*** Opening of Information supplied ***

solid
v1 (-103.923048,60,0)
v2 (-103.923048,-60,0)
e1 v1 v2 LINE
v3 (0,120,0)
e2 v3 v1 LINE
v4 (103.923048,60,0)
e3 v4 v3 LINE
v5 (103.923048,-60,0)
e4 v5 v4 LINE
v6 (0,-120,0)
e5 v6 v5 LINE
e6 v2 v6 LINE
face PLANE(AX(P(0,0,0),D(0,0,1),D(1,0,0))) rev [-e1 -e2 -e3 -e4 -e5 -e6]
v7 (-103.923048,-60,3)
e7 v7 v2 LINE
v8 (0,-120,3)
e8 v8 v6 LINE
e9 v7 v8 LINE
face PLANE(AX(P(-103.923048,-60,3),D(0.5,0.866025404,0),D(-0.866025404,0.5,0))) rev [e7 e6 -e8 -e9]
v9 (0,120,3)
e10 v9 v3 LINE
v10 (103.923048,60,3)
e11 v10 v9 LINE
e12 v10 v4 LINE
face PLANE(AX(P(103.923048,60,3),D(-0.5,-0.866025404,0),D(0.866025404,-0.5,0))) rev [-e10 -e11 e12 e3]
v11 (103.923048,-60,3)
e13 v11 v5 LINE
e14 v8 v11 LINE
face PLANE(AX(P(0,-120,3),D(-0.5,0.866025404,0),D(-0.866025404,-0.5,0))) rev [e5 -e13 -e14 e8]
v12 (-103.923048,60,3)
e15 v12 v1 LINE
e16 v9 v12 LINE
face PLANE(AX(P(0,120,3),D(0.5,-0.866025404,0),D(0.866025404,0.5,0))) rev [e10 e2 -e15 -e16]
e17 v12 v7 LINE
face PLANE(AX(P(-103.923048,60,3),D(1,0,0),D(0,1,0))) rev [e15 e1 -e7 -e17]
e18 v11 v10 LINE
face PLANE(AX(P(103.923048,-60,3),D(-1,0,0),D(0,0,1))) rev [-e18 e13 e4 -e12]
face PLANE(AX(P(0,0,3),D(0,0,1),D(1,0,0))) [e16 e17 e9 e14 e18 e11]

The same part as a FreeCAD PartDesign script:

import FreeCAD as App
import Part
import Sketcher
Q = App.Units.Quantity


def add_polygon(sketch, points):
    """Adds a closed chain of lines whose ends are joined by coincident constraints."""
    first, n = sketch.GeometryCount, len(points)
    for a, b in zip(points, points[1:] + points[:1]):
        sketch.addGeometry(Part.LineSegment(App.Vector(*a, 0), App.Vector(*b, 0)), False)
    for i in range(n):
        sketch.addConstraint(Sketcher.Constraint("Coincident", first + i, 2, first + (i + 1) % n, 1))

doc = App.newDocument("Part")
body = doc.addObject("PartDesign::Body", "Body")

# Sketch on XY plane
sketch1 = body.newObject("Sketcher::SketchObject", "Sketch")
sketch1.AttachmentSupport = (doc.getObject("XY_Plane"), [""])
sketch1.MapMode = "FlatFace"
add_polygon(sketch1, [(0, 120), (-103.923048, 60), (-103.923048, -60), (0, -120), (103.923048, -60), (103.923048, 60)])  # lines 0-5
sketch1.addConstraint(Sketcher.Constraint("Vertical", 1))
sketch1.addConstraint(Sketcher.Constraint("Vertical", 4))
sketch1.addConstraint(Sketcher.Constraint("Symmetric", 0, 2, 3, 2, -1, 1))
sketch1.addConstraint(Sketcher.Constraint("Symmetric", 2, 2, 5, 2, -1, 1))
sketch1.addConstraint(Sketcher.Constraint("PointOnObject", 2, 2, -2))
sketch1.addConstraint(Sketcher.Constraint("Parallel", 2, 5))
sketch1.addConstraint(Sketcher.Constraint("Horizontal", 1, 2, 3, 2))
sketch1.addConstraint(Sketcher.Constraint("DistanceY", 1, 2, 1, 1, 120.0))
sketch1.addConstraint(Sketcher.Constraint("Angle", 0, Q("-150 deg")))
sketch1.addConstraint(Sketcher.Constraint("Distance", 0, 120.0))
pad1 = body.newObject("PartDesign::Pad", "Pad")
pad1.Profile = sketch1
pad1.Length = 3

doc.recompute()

*** Close of Information supplied ***

* **The task**
Among the records above, repeat exactly the line with "v1 (-103.923048,60,0)", the line with "e9 v7 v8 LINE", and every line in between, and only those.

* **Your solution**
v1 (-103.923048,60,0)
v2 (-103.923048,-60,0)
e1 v1 v2 LINE
v3 (0,120,0)
e2 v3 v1 LINE
v4 (103.923048,60,0)
e3 v4 v3 LINE
v5 (103.923048,-60,0)
e4 v5 v4 LINE
v6 (0,-120,0)
e5 v6 v5 LINE
e6 v2 v6 LINE
face PLANE(AX(P(0,0,0),D(0,0,1),D(1,0,0))) rev [-e1 -e2 -e3 -e4 -e5 -e6]
v7 (-103.923048,-60,3)
e7 v7 v2 LINE
v8 (0,-120,3)
e8 v8 v6 LINE
e9 v7 v8 LINE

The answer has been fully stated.